Downsampler¶

`yohou.preprocessing.resampling.Downsampler` ¶

Bases: BaseTransformer

Downsample time series to a lower frequency using aggregation.

Reduces the frequency of time series data by grouping consecutive time points into bins and applying an aggregation function. Uses polars' group_by_dynamic for efficient windowed aggregation.

Parameters¶

Name	Type	Description	Default
`interval`	`str`	Target time interval (e.g., "1h", "1d", "5m", "30s"). Uses polars duration string syntax. Must be larger than the input data's interval.	`'1h'`
`aggregation`	`(mean, sum, min, max, first, last, median)`	Aggregation function to apply within each time bin: - "mean": Average values in each bin - "sum": Sum values in each bin - "min": Minimum value in each bin - "max": Maximum value in each bin - "first": First value in each bin - "last": Last value in each bin - "median": Median value in each bin	`"mean"`
`closed`	`(left, right)`	Which side of the interval is closed.	`"left"`
`label`	`(left, right)`	Which side of the interval to use as the label for each bin.	`"left"`
`include_boundaries`	`bool`	Whether to include the interval boundaries in output.	`False`

Attributes¶

Name	Type	Description
`n_features_in_`	`int`	Number of features seen during fit.
`feature_names_in_`	`list of str`	Names of features seen during fit.
`input_interval_`	`timedelta or None`	Detected time interval of input data.
`target_interval_`	`timedelta or None`	Target time interval.

Examples¶

>>> import polars as pl
>>> from datetime import datetime, timedelta
>>> from yohou.preprocessing import Downsampler

>>> # Create hourly data
>>> times = [datetime(2020, 1, 1) + timedelta(hours=i) for i in range(24)]
>>> X = pl.DataFrame({"time": times, "value": list(range(24))})

>>> # Downsample to daily (24h) using mean aggregation
>>> downsampler = Downsampler(interval="1d", aggregation="mean")
>>> downsampler.fit(X)
Downsampler(interval='1d')
>>> X_daily = downsampler.transform(X)
>>> len(X_daily) == 1  # Single day
True

Source Code¶

View on GitHub

Show/Hide sourceclass Downsampler(BaseTransformer):
    """Downsample time series to a lower frequency using aggregation.

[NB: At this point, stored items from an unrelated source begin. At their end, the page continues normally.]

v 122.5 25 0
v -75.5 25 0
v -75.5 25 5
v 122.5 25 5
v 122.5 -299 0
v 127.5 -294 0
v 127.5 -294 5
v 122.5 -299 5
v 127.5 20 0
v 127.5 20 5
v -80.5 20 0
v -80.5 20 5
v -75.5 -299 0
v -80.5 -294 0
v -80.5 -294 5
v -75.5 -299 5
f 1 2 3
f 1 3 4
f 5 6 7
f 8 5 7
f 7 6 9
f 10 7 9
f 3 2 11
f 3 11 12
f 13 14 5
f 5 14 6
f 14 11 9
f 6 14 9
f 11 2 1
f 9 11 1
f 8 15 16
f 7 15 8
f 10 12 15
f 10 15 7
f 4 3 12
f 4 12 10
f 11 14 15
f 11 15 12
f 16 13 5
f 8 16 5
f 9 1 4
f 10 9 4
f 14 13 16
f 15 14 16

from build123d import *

# Parameters (mm, degrees)
SKETCH1_W           = 208
SKETCH1_H           = 324
BOSS_EXTRUDE1_DEPTH = 5
CHAMFER1_SIZE       = 5


with BuildPart() as part:
    # Sketch1 → Boss-Extrude1 (new body)
    with BuildSketch(Plane.XY):
        with Locations((23.5, -137)):
            Rectangle(SKETCH1_W, SKETCH1_H)
    extrude(amount=BOSS_EXTRUDE1_DEPTH)

    # Chamfer1
    chamfer1_edges = [part.edges().sort_by_distance(p)[0] for p in [
        (-80.5, 25, 2.5),
        (127.5, 25, 2.5),
        (127.5, -299, 2.5),
        (-80.5, -299, 2.5),
    ]]
    chamfer(chamfer1_edges, length=CHAMFER1_SIZE)


solid = part.part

    Reduces the frequency of time series data by grouping consecutive time
    points into bins and applying an aggregation function. Uses polars'
    `group_by_dynamic` for efficient windowed aggregation.

    Parameters
    ----------
    interval : str
        Target time interval (e.g., "1h", "1d", "5m", "30s").
        Uses polars duration string syntax. Must be larger than the input
        data's interval.
    aggregation : {"mean", "sum", "min", "max", "first", "last", "median"}, default="mean"
        Aggregation function to apply within each time bin:
        - "mean": Average values in each bin
        - "sum": Sum values in each bin
        - "min": Minimum value in each bin
        - "max": Maximum value in each bin
        - "first": First value in each bin
        - "last": Last value in each bin
        - "median": Median value in each bin
    closed : {"left", "right"}, default="left"
        Which side of the interval is closed.
    label : {"left", "right"}, default="left"
        Which side of the interval to use as the label for each bin.
    include_boundaries : bool, default=False
        Whether to include the interval boundaries in output.

    Attributes
    ----------
    n_features_in_ : int
        Number of features seen during fit.
    feature_names_in_ : list of str
        Names of features seen during fit.
    input_interval_ : timedelta or None
        Detected time interval of input data.
    target_interval_ : timedelta or None
        Target time interval.

    Examples
    --------
    >>> import polars as pl
    >>> from datetime import datetime, timedelta
    >>> from yohou.preprocessing import Downsampler

    >>> # Create hourly data
    >>> times = [datetime(2020, 1, 1) + timedelta(hours=i) for i in range(24)]
    >>> X = pl.DataFrame({"time": times, "value": list(range(24))})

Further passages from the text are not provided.